Micronaut JPA Function Performance on AWS Lambda

In this article, I would be talking about the performance statistics when running a Micronaut Application on a JVM runtime versus running it as a native image on the Lambda.


Micronaut became quite popular for their quick startup time because of the Ahead Of Time(AOT) compilation. It provides literally all the capabilities that SpringBoot provides like Aspect-Oriented programming, Dependency injection, etc.

Now I have described how to create a Micronaut Application in my previous article “A SpringBoot Developer’s Guide to Micronaut”. I have also described how you can boost your application performance in another article “Boot Java Application Performance with Micronaut Native Image”.
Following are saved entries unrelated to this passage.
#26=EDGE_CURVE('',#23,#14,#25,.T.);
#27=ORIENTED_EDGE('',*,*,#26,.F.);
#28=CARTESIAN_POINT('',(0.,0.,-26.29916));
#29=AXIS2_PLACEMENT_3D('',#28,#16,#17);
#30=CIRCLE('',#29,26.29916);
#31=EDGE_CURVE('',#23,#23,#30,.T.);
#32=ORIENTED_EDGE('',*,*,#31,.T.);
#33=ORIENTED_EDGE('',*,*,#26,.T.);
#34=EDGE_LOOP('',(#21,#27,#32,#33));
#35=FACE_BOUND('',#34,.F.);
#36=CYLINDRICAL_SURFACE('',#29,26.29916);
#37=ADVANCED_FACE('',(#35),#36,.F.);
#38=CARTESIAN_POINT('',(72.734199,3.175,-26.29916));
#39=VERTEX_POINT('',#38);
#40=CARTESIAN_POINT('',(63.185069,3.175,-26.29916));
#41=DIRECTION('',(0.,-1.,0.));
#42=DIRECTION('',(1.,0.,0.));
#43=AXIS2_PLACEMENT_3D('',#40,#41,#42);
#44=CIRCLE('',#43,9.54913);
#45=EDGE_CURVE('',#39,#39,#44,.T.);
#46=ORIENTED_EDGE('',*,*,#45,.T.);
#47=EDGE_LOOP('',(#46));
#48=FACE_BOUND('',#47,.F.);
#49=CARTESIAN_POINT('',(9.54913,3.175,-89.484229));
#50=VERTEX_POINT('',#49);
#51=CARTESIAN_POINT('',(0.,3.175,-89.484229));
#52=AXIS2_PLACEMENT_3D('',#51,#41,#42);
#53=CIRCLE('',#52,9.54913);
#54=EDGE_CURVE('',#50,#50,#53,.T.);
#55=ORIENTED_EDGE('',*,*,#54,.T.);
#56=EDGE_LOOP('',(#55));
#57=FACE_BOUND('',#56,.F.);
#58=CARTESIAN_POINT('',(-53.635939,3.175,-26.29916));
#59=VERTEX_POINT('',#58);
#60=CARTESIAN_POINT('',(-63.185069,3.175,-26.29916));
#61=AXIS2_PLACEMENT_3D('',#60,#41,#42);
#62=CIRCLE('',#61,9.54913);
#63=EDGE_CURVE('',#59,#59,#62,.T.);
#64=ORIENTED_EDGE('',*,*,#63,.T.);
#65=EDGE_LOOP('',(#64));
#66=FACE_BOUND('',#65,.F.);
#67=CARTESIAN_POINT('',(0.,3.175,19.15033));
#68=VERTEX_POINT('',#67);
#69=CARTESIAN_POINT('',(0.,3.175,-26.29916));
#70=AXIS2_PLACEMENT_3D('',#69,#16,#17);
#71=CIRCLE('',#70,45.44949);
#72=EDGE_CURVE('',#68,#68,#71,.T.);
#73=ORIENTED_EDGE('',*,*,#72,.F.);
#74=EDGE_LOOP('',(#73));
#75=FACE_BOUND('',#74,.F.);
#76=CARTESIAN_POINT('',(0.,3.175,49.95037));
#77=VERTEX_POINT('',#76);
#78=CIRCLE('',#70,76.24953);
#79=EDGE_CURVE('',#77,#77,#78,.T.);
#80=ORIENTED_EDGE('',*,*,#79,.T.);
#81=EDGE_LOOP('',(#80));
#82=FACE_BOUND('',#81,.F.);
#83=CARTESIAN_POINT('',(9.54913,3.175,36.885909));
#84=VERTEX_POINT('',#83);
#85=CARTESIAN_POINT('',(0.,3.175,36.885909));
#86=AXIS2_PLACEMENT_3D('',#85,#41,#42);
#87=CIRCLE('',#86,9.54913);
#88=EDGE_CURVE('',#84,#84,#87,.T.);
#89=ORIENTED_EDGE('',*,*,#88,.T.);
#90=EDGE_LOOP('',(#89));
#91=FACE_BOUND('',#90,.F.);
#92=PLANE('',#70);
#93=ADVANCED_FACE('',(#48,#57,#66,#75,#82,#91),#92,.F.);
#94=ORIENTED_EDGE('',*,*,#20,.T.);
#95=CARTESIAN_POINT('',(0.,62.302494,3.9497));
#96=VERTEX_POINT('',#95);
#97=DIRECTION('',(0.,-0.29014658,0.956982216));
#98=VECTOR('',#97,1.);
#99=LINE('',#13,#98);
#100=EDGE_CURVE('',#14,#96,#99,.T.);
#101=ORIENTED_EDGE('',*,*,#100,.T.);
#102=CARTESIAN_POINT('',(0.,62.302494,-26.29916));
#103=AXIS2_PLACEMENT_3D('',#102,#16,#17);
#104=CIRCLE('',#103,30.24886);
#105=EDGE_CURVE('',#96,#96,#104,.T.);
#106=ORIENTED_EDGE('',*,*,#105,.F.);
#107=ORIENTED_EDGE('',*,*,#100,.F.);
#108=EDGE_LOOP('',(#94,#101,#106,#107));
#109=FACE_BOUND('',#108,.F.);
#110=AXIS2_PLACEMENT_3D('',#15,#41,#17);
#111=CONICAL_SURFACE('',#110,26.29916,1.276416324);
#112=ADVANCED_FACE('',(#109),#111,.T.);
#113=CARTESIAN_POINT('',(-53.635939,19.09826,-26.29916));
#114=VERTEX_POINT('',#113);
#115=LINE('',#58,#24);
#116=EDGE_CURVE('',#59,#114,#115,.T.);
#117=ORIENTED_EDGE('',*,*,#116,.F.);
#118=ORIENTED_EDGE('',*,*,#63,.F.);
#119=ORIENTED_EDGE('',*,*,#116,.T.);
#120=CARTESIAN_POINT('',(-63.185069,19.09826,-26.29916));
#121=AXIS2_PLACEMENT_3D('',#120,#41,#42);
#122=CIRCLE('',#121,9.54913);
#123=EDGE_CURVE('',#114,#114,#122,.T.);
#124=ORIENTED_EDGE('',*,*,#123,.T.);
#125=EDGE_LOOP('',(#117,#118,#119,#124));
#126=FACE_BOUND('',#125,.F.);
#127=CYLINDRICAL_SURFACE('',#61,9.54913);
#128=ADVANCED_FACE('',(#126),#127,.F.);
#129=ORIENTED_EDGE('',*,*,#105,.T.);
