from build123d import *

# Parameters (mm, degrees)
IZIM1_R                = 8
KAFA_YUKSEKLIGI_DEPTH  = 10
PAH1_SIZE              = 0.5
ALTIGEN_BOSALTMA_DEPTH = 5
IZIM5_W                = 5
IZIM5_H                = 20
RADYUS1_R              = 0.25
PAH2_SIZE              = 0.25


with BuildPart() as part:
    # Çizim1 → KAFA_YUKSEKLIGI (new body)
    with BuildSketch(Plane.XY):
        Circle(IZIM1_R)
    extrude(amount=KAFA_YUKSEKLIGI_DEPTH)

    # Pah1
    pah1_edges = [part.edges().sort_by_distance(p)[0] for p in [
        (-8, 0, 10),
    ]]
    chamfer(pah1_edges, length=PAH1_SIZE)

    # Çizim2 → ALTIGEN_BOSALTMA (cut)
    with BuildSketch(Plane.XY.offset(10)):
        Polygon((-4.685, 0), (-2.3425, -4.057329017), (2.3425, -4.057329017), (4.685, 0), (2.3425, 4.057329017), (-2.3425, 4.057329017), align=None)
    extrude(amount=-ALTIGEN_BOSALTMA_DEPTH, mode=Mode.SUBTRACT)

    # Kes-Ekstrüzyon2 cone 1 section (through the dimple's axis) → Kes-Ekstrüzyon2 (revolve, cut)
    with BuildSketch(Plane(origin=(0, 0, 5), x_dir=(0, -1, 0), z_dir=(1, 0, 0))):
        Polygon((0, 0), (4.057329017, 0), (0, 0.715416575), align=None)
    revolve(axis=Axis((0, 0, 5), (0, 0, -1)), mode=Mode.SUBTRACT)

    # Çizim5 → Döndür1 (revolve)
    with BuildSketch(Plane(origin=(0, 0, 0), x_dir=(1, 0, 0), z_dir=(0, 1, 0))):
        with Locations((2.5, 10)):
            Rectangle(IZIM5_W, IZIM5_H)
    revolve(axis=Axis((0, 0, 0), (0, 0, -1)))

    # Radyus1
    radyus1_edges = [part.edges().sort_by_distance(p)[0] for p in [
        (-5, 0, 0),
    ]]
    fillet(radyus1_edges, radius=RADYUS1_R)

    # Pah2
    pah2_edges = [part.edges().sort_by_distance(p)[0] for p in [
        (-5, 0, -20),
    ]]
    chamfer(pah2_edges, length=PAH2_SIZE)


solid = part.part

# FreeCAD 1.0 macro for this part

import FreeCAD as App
import Part
import Sketcher

V = App.Vector
Q = App.Units.Quantity


def edges_at(feature, points):
    """Names of the edges that pass closest to the given points."""
    edges = feature.Shape.Edges
    near = lambda p: min(range(len(edges)), key=lambda i: edges[i].distToShape(Part.Vertex(*p))[0])
    return sorted({f"Edge{near(p) + 1}" for p in points})


def add_polygon(sketch, points):
    """Adds a closed chain of lines whose ends are joined by coincident constraints."""
    first, n = sketch.GeometryCount, len(points)
    for a, b in zip(points, points[1:] + points[:1]):
        sketch.addGeometry(Part.LineSegment(App.Vector(*a, 0), App.Vector(*b, 0)), False)
    for i in range(n):
        sketch.addConstraint(Sketcher.Constraint("Coincident", first + i, 2, first + (i + 1) % n, 1))

doc = App.newDocument("Part")
body = doc.addObject("PartDesign::Body", "Body")

# Sketch on XY plane
sketch1 = doc.addObject("Sketcher::SketchObject", "Sketch")
body.addObject(sketch1)
sketch1.AttachmentSupport = (doc.XY_Plane, [""])
sketch1.MapMode = "FlatFace"
sketch1.addGeometry(Part.Circle(V(0, 0, 0), V(0, 0, 1), 8), False)
sketch1.addConstraint([
    Sketcher.Constraint("Coincident", 0, 3, -1, 1),
    Sketcher.Constraint("Diameter", 0, Q("16 mm")),
])
pad1 = doc.addObject("PartDesign::Pad", "Pad")
body.addObject(pad1)
pad1.Profile = sketch1
pad1.Length = 10
doc.recompute()

chamfer = doc.addObject("PartDesign::Chamfer", "Chamfer")
body.addObject(chamfer)
chamfer.Base = (pad1, edges_at(pad1, [(-8, 0, 10)]))
chamfer.Size = 0.5

# Sketch on XY plane
sketch2 = doc.addObject("Sketcher::SketchObject", "Sketch001")
body.addObject(sketch2)
sketch2.AttachmentSupport = (doc.XY_Plane, [""])
sketch2.MapMode = "FlatFace"
sketch2.AttachmentOffset = App.Placement(V(0, 0, 10), App.Rotation())
add_polygon(sketch2, [(-4.7, 0), (-2.3, -4.1), (2.3, -4.1), (4.7, 0), (2.3, 4.1), (-2.3, 4.1)])  # lines 0-5
sketch2.addConstraint([
    Sketcher.Constraint("Horizontal", 1),
    Sketcher.Constraint("Horizontal", 4),
    Sketcher.Constraint("Symmetric", 0, 2, 3, 2, -1, 1),
    Sketcher.Constraint("Symmetric", 2, 2, 5, 2, -1, 1),
    Sketcher.Constraint("PointOnObject", 2, 2, -1),
    Sketcher.Constraint("Parallel", 2, 5),
    Sketcher.Constraint("Vertical", 1, 2, 3, 2),
    Sketcher.Constraint("Angle", 0, Q("-60 deg")),
    Sketcher.Constraint("DistanceX", 1, 1, 1, 2, Q("4.685 mm")),
    Sketcher.Constraint("DistanceX", 5, 2, 2, 2, Q("9.37 mm")),
])
pocket1 = doc.addObject("PartDesign::Pocket", "Pocket")
body.addObject(pocket1)
pocket1.Profile = sketch2
pocket1.Length = 5

# Sketch on YZ plane
sketch3 = doc.addObject("Sketcher::SketchObject", "Sketch002")
body.addObject(sketch3)
sketch3.AttachmentSupport = (doc.YZ_Plane, [""])
sketch3.MapMode = "FlatFace"
add_polygon(sketch3, [(0, 5), (-4.1, 5), (0, 4.3)])  # lines 0-2
sketch3.addConstraint([
    Sketcher.Constraint("Horizontal", 0),
    Sketcher.Constraint("Vertical", 2),
    Sketcher.Constraint("PointOnObject", 1, 2, -2),
    Sketcher.Constraint("Angle", 1, Q("-10 deg")),
    Sketcher.Constraint("DistanceY", -1, 1, 0, 2, Q("5 mm")),
    Sketcher.Constraint("DistanceX", 0, 2, 0, 1, Q("4.057329 mm")),
])
groove = doc.addObject("PartDesign::Groove", "Groove")
body.addObject(groove)
groove.Profile = sketch3
groove.ReferenceAxis = (sketch3, ["V_Axis"])
groove.Angle = 360

# Sketch on XZ plane
sketch4 = doc.addObject("Sketcher::SketchObject", "Sketch003")
body.addObject(sketch4)
sketch4.AttachmentSupport = (doc.XZ_Plane, [""])
sketch4.MapMode = "FlatFace"
add_polygon(sketch4, [(0, -20), (0, 0), (5, 0), (5, -20)])  # lines 0-3
sketch4.addConstraint([
    Sketcher.Constraint("Vertical", 0),
    Sketcher.Constraint("Horizontal", 1),
    Sketcher.Constraint("Vertical", 2),
    Sketcher.Constraint("Horizontal", 3),
    Sketcher.Constraint("Coincident", 0, 2, -1, 1),
    Sketcher.Constraint("DistanceX", 1, 1, 1, 2, Q("5 mm")),
    Sketcher.Constraint("DistanceY", 0, 1, 0, 2, Q("20 mm")),
])
revolution = doc.addObject("PartDesign::Revolution", "Revolution")
body.addObject(revolution)
revolution.Profile = sketch4
revolution.ReferenceAxis = (sketch4, ["V_Axis"])
revolution.Angle = 360
doc.recompute()

fillet = doc.addObject("PartDesign::Fillet", "Fillet")
body.addObject(fillet)
fillet.Base = (revolution, edges_at(revolution, [(-5, 0, 0)]))
fillet.Radius = 0.25
doc.recompute()

chamfer2 = doc.addObject("PartDesign::Chamfer", "Chamfer001")
body.addObject(chamfer2)
chamfer2.Base = (fillet, edges_at(fillet, [(-5, 0, -20)]))
chamfer2.Size = 0.25

doc.recompute()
Today, we would be looking at creating an AWS Lamda function with Micronaut and seeing its performance statistics when we deploy it on JVM runtime and as a Native Image on Amazon Linux custom runtime image.

So let’s get started.

Micronaut Function On AWS Lambda

In this, we would be creating a Micronaut function that takes an Order, persists on AWS RDS, and then returns the created ID.

You can generate an application from Micronaut’s launch. Here you select the application type as “Function Application For Serverless” and in the features, add “Hibernate-JPA” and “AWS-Lambda”.
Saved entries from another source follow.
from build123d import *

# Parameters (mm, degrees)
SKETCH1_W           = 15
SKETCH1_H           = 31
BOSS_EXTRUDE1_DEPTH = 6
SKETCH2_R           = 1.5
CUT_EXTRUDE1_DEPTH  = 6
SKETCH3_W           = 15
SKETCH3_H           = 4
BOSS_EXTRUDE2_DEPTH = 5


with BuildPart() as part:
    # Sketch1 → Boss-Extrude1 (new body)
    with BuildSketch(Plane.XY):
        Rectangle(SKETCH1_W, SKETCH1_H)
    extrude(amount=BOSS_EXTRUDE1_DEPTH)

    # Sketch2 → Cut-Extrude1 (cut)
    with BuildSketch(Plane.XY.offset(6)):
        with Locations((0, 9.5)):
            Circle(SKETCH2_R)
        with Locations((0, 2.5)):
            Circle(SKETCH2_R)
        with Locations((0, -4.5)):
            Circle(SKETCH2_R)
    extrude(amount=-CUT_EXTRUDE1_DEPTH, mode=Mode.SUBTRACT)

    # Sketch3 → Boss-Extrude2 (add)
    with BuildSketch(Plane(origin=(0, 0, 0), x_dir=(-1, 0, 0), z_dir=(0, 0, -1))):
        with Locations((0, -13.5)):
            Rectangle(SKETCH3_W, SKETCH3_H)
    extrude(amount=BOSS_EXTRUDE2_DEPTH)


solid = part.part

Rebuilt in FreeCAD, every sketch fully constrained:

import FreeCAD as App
import Part
import Sketcher
Q = App.Units.Quantity

doc = App.newDocument("Part")
body = doc.addObject("PartDesign::Body", "Body")

# Sketch on XY plane
sketch1 = body.newObject("Sketcher::SketchObject", "Sketch")
sketch1.AttachmentSupport = (doc.getObject("XY_Plane"), [""])
sketch1.MapMode = "FlatFace"
sketch1.addGeometry(Part.LineSegment(App.Vector(-8, 16, 0), App.Vector(-8, -16, 0)), False)
sketch1.addGeometry(Part.LineSegment(App.Vector(-8, -16, 0), App.Vector(8, -16, 0)), False)
sketch1.addGeometry(Part.LineSegment(App.Vector(8, -16, 0), App.Vector(8, 16, 0)), False)
sketch1.addGeometry(Part.LineSegment(App.Vector(8, 16, 0), App.Vector(-8, 16, 0)), False)
sketch1.addConstraint(Sketcher.Constraint("Coincident", 0, 2, 1, 1))
sketch1.addConstraint(Sketcher.Constraint("Coincident", 1, 2, 2, 1))
sketch1.addConstraint(Sketcher.Constraint("Coincident", 2, 2, 3, 1))
sketch1.addConstraint(Sketcher.Constraint("Coincident", 3, 2, 0, 1))
sketch1.addConstraint(Sketcher.Constraint("Vertical", 0))
sketch1.addConstraint(Sketcher.Constraint("Horizontal", 1))
sketch1.addConstraint(Sketcher.Constraint("Vertical", 2))
sketch1.addConstraint(Sketcher.Constraint("Horizontal", 3))
sketch1.addConstraint(Sketcher.Constraint("Symmetric", 0, 2, 2, 2, -1, 1))
sketch1.addConstraint(Sketcher.Constraint("DistanceX", 1, 1, 1, 2, Q("15 mm")))
sketch1.addConstraint(Sketcher.Constraint("DistanceY", 0, 2, 0, 1, Q("31 mm")))
pad1 = body.newObject("PartDesign::Pad", "Pad")
pad1.Profile = sketch1
pad1.Length = 6

# Sketch on XY plane
sketch2 = body.newObject("Sketcher::SketchObject", "Sketch001")
sketch2.AttachmentSupport = (doc.getObject("XY_Plane"), [""])
sketch2.MapMode = "FlatFace"
sketch2.AttachmentOffset = App.Placement(App.Vector(0, 0, 6), App.Rotation())
sketch2.addGeometry(Part.Circle(App.Vector(0, 9.5, 0), App.Vector(0, 0, 1), 1.5), False)
sketch2.addGeometry(Part.Circle(App.Vector(0, 2.5, 0), App.Vector(0, 0, 1), 1.5), False)
sketch2.addGeometry(Part.Circle(App.Vector(0, -4.5, 0), App.Vector(0, 0, 1), 1.5), False)
sketch2.addConstraint(Sketcher.Constraint("Equal", 0, 1))
sketch2.addConstraint(Sketcher.Constraint("Equal", 1, 2))
sketch2.addConstraint(Sketcher.Constraint("PointOnObject", 0, 3, -2))
sketch2.addConstraint(Sketcher.Constraint("PointOnObject", 1, 3, -2))
sketch2.addConstraint(Sketcher.Constraint("PointOnObject", 2, 3, -2))
sketch2.addConstraint(Sketcher.Constraint("Diameter", 0, Q("3 mm")))
sketch2.addConstraint(Sketcher.Constraint("DistanceY", 1, 3, 0, 3, Q("7 mm")))
sketch2.addConstraint(Sketcher.Constraint("DistanceY", 2, 3, 1, 3, Q("7 mm")))
sketch2.addConstraint(Sketcher.Constraint("DistanceY", -1, 1, 0, 3, Q("9.5 mm")))
pocket1 = body.newObject("PartDesign::Pocket", "Pocket")
pocket1.Profile = sketch2
pocket1.Length = 6

# Sketch on XY plane
sketch3 = body.newObject("Sketcher::SketchObject", "Sketch002")
sketch3.AttachmentSupport = (doc.getObject("XY_Plane"), [""])
sketch3.MapMode = "FlatFace"
sketch3.addGeometry(Part.LineSegment(App.Vector(7.5, -11.5, 0), App.Vector(7.5, -15.5, 0)), False)
sketch3.addGeometry(Part.LineSegment(App.Vector(7.5, -15.5, 0), App.Vector(-7.5, -15.5, 0)), False)
sketch3.addGeometry(Part.LineSegment(App.Vector(-7.5, -15.5, 0), App.Vector(-7.5, -11.5, 0)), False)
sketch3.addGeometry(Part.LineSegment(App.Vector(-7.5, -11.5, 0), App.Vector(7.5, -11.5, 0)), False)
sketch3.addConstraint(Sketcher.Constraint("Coincident", 0, 2, 1, 1))
sketch3.addConstraint(Sketcher.Constraint("Coincident", 1, 2, 2, 1))
sketch3.addConstraint(Sketcher.Constraint("Coincident", 2, 2, 3, 1))
sketch3.addConstraint(Sketcher.Constraint("Coincident", 3, 2, 0, 1))
sketch3.addConstraint(Sketcher.Constraint("Vertical", 0))
sketch3.addConstraint(Sketcher.Constraint("Horizontal", 1))
sketch3.addConstraint(Sketcher.Constraint("Vertical", 2))
sketch3.addConstraint(Sketcher.Constraint("Horizontal", 3))
sketch3.addConstraint(Sketcher.Constraint("DistanceX", 1, 2, 1, 1, Q("15 mm")))
sketch3.addConstraint(Sketcher.Constraint("DistanceY", 0, 2, 0, 1, Q("4 mm")))
sketch3.addConstraint(Sketcher.Constraint("DistanceX", -1, 1, 0, 2, Q("7.5 mm")))
sketch3.addConstraint(Sketcher.Constraint("DistanceY", 0, 2, -1, 1, Q("15.5 mm")))
pad2 = body.newObject("PartDesign::Pad", "Pad001")
pad2.Profile = sketch3
pad2.Length = 5
pad2.Reversed = True

doc.recompute()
Once you open the generated project, We will create our function handler by extending Micronaut’s Request handler MicronautRequestHandler and override the execute method.

public class OrderRequestHandler extends MicronautRequestHandler<Order, Order> {

private OrderRepository orderRepository;

public Order execute(Order input) {
Order saved = this.orderRepository.save(input);
return saved;

The repository is a simple JPA repository as follows.

public interface OrderRepository extends JpaRepository<Order, Long>{ }

In the application.yml file, add data source properties to communicate with the AWS RDS instance.

url: jdbc:mysql://database.whgnes.eu-central1.rds.amazonaws.com:3306/ORDERS_DB?characterEncoding=UTF-8
username: admin
password: nopass
driverClassName: com.mysql.cj.jdbc.Driver
auto: update
show_sql: true
dialect: org.hibernate.dialect.MySQL8Dialect

With this, we can start creating a jar using mvn clean package.

Next, we will create an AWS Lambda function with the runtime as Java 11, upload the jar, and set the handler function to com.amrut.prabhu.OrderRequestHandler.

Let’s test this with the following payload.

"body": "{\"name\":\"Order from Lambda\"}"

Here are the statistics I got with the Lamba configured with 512 MB ram.

Now, this was what we got from the Lambda using the JVM runtime. Let’s look at improving this by creating a native image.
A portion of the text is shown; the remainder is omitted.